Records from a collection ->
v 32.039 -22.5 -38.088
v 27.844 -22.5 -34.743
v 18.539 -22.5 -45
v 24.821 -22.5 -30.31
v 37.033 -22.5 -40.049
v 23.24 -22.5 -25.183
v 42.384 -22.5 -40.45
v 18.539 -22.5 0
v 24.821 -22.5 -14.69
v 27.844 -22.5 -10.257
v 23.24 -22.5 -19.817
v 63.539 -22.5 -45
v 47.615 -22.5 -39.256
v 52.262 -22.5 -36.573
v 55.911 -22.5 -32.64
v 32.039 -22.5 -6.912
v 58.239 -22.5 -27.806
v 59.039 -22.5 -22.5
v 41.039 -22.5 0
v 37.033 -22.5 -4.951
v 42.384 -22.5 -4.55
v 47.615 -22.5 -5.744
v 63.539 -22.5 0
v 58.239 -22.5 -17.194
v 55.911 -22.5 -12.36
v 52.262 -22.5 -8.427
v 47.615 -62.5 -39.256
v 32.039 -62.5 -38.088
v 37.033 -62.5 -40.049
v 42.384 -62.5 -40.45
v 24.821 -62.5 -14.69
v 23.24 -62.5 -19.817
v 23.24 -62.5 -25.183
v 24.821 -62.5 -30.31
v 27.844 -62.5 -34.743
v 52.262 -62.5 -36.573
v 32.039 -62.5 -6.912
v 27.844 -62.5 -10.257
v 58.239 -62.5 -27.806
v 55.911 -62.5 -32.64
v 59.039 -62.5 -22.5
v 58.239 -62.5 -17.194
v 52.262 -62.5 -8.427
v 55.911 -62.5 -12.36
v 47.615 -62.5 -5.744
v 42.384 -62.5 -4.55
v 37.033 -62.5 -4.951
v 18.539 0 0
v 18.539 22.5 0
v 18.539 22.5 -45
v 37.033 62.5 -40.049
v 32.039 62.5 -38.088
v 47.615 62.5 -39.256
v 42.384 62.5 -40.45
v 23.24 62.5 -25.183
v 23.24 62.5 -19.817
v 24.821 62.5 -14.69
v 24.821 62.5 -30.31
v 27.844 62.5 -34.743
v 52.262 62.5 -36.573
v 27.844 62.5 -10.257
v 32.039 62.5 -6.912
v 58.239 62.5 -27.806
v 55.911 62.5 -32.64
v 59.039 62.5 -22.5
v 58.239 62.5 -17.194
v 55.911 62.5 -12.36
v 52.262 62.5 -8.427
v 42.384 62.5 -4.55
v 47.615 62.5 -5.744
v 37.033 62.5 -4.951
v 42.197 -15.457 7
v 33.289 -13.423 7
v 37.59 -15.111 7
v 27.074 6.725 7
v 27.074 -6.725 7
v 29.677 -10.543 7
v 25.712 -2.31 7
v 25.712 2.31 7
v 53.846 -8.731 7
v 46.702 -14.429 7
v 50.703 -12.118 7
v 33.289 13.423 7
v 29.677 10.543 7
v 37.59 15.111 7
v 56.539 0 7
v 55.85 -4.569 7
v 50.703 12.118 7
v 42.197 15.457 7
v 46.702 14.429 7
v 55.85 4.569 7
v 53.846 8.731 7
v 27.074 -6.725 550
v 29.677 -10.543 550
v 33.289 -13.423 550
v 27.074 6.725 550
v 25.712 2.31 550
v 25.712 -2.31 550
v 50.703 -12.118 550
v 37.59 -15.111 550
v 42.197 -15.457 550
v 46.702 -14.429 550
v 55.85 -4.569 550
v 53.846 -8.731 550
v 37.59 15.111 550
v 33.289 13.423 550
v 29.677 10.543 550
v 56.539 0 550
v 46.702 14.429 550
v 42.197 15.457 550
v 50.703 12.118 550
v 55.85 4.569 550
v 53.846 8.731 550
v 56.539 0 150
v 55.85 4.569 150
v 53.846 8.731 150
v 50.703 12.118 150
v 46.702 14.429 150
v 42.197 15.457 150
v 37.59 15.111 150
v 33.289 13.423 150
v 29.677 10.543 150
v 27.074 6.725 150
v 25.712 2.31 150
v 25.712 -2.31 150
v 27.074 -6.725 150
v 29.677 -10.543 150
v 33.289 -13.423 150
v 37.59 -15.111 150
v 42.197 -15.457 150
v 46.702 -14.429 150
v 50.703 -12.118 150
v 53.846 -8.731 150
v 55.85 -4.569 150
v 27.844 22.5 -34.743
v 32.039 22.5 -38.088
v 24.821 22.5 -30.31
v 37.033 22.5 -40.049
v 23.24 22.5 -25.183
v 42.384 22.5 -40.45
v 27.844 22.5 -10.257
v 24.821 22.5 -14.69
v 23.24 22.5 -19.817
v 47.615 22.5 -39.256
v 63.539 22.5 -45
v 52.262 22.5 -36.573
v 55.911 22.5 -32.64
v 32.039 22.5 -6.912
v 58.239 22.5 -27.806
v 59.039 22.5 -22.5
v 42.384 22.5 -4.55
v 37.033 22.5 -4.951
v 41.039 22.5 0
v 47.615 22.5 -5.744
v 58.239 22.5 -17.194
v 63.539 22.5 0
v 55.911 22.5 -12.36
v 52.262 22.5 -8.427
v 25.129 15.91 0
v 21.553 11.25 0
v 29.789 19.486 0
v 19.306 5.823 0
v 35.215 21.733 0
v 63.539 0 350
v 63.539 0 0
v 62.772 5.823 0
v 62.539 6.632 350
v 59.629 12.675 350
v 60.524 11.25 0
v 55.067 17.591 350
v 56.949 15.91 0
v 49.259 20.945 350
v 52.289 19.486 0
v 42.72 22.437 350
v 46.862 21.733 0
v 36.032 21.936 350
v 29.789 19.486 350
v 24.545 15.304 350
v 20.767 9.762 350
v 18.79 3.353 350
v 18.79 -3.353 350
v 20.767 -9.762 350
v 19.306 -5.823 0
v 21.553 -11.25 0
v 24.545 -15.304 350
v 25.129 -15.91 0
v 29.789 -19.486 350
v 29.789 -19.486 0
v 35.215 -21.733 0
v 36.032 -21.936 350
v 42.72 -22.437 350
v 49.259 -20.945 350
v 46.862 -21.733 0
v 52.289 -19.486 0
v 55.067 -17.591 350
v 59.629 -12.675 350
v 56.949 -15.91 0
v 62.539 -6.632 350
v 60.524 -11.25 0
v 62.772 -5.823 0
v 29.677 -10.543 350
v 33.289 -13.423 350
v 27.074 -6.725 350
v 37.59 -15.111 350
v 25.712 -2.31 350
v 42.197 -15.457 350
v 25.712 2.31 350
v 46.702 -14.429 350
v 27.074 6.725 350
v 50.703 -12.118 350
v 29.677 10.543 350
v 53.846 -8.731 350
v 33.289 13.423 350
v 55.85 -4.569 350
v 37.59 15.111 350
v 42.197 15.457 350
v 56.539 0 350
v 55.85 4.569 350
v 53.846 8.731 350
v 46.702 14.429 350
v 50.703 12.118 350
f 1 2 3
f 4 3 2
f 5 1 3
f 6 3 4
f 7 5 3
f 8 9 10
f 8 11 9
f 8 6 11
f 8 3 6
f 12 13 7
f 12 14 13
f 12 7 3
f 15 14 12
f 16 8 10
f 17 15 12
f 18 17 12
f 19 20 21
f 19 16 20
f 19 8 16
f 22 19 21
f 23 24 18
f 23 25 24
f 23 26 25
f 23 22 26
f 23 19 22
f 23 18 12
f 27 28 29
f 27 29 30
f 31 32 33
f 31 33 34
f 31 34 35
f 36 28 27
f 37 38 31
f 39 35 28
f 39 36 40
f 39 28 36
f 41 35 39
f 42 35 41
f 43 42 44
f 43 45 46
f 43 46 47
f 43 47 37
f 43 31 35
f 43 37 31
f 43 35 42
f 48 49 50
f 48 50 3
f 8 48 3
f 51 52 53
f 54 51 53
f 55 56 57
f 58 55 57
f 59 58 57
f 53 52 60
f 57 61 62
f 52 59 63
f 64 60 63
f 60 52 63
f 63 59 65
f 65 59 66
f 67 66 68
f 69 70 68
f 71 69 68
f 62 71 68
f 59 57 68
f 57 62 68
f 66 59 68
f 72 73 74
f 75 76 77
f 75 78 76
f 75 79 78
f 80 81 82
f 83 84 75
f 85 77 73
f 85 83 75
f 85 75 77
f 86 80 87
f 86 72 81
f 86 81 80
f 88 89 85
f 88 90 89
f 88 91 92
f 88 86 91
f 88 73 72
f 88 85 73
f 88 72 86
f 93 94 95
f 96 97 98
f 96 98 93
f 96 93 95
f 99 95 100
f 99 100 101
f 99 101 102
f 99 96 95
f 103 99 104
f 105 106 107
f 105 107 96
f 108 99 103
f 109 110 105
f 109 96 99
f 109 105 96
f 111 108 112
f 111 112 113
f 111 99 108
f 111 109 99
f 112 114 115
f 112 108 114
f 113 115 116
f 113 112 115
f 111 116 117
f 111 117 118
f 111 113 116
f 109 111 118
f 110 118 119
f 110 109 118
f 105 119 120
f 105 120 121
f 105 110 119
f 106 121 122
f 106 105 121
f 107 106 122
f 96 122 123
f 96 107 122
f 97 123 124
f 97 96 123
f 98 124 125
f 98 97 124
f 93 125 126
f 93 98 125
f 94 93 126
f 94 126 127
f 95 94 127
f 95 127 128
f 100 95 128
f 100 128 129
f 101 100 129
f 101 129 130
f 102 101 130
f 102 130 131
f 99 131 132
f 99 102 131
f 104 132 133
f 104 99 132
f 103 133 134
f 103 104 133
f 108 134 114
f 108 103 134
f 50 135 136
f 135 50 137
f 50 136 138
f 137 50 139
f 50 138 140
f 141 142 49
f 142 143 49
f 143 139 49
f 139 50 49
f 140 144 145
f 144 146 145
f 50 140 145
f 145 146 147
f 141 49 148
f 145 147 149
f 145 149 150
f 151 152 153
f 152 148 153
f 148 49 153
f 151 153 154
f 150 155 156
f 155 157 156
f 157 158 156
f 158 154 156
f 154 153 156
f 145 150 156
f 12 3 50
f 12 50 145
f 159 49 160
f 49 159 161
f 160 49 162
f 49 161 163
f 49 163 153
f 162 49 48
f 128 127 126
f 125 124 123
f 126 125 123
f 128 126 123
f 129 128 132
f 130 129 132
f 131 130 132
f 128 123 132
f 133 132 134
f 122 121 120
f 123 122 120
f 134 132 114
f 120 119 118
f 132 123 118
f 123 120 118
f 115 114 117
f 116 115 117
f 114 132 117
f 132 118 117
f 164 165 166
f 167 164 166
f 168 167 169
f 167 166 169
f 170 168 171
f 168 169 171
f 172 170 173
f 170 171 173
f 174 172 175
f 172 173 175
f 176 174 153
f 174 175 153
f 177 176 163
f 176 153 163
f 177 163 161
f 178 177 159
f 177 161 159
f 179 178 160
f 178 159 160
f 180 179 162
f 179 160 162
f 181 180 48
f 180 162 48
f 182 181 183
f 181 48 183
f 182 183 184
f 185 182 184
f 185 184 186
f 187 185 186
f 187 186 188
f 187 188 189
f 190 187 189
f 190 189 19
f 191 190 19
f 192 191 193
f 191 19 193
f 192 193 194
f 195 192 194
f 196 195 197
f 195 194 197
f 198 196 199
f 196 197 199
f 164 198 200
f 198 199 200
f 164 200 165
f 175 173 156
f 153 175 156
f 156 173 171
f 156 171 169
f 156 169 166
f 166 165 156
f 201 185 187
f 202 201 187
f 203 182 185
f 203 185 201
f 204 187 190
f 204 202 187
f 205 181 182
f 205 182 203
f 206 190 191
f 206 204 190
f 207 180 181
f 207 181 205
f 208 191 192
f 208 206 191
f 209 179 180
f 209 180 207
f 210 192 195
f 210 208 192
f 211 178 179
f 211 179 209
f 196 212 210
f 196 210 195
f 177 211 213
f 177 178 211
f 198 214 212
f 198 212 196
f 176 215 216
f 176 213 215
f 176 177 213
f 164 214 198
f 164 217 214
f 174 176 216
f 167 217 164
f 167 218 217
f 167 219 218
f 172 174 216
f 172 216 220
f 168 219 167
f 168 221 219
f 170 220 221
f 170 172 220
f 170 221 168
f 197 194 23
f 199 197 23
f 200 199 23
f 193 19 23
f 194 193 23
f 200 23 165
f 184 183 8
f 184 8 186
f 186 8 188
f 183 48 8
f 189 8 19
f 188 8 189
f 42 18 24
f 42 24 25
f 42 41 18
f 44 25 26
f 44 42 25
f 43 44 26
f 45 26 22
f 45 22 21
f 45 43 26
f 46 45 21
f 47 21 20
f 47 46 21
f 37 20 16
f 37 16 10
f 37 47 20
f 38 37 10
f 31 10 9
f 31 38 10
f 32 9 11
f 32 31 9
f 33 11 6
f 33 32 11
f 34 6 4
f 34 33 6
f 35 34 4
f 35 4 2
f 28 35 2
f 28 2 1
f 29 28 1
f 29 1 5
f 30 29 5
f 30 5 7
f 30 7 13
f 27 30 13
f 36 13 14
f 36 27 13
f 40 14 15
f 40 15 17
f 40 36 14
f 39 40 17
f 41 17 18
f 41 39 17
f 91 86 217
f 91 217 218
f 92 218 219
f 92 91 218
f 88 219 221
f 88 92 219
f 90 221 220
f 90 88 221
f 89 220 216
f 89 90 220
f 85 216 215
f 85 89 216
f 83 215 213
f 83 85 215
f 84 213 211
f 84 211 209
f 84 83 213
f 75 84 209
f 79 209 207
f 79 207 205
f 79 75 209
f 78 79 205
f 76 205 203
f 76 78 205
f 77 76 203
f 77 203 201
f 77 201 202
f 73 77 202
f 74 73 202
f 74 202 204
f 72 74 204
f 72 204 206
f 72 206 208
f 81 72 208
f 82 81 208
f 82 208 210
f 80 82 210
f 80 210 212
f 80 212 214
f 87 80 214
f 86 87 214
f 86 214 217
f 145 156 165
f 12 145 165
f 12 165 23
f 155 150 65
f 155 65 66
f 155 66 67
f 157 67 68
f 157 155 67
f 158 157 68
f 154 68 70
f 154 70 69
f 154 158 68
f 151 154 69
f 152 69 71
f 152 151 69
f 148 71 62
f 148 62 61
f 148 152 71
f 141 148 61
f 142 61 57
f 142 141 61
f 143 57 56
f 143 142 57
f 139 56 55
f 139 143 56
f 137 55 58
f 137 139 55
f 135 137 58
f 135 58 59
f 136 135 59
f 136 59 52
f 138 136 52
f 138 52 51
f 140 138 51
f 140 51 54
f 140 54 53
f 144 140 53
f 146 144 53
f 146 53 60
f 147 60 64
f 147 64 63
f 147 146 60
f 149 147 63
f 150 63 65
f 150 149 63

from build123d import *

# Parameters (mm, degrees)
F0_R     = 22.5
F1_DEPTH = 350
F2_T     = -7
F3_R     = 15.5
F4_DEPTH = 200
F5_W     = 45
F5_H     = 45
F6_DEPTH = 45
F7_R     = 18
F8_DEPTH = 62.5


with BuildPart() as f1:
    # F0 (on Top) → F1 (new body)
    with BuildSketch(Plane.XY):
        with Locations((41.038834, 0)):
            Circle(F0_R)
    extrude(amount=F1_DEPTH)

    # F2
    f2_openings = [f1.faces().sort_by_distance(p)[0] for p in [
        (41.038834, 0, 350),
    ]]
    offset(amount=F2_T, openings=f2_openings)

    # F5 (on face) → F6 (join)
    with BuildSketch(Plane(origin=(0, 0, 0), x_dir=(1, 0, 0), z_dir=(0, 0, -1))):
        with Locations((41.038834, 0)):
            Rectangle(F5_W, F5_H)
    extrude(amount=F6_DEPTH)

    # F7 (on Front) → F8 (join, symmetric)
    with BuildSketch(Plane.XZ):
        with Locations((41.038834, -22.5)):
            Circle(F7_R)
    extrude(amount=F8_DEPTH, both=True)


with BuildPart() as f4:
    # F3 (on face) → F4 (new body, symmetric)
    with BuildSketch(Plane.XY.offset(350)):
        with Locations((41.038834, 0)):
            Circle(F3_R)
    extrude(amount=F4_DEPTH, both=True)


solid = Compound([f1.part, f4.part])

Your assignment -> Begin at the line above that has "f 164 200 165" and stop after the line that has "f 177 178 211", copying each line exactly and adding nothing else.

The completed task ->
f 164 200 165
f 175 173 156
f 153 175 156
f 156 173 171
f 156 171 169
f 156 169 166
f 166 165 156
f 201 185 187
f 202 201 187
f 203 182 185
f 203 185 201
f 204 187 190
f 204 202 187
f 205 181 182
f 205 182 203
f 206 190 191
f 206 204 190
f 207 180 181
f 207 181 205
f 208 191 192
f 208 206 191
f 209 179 180
f 209 180 207
f 210 192 195
f 210 208 192
f 211 178 179
f 211 179 209
f 196 212 210
f 196 210 195
f 177 211 213
f 177 178 211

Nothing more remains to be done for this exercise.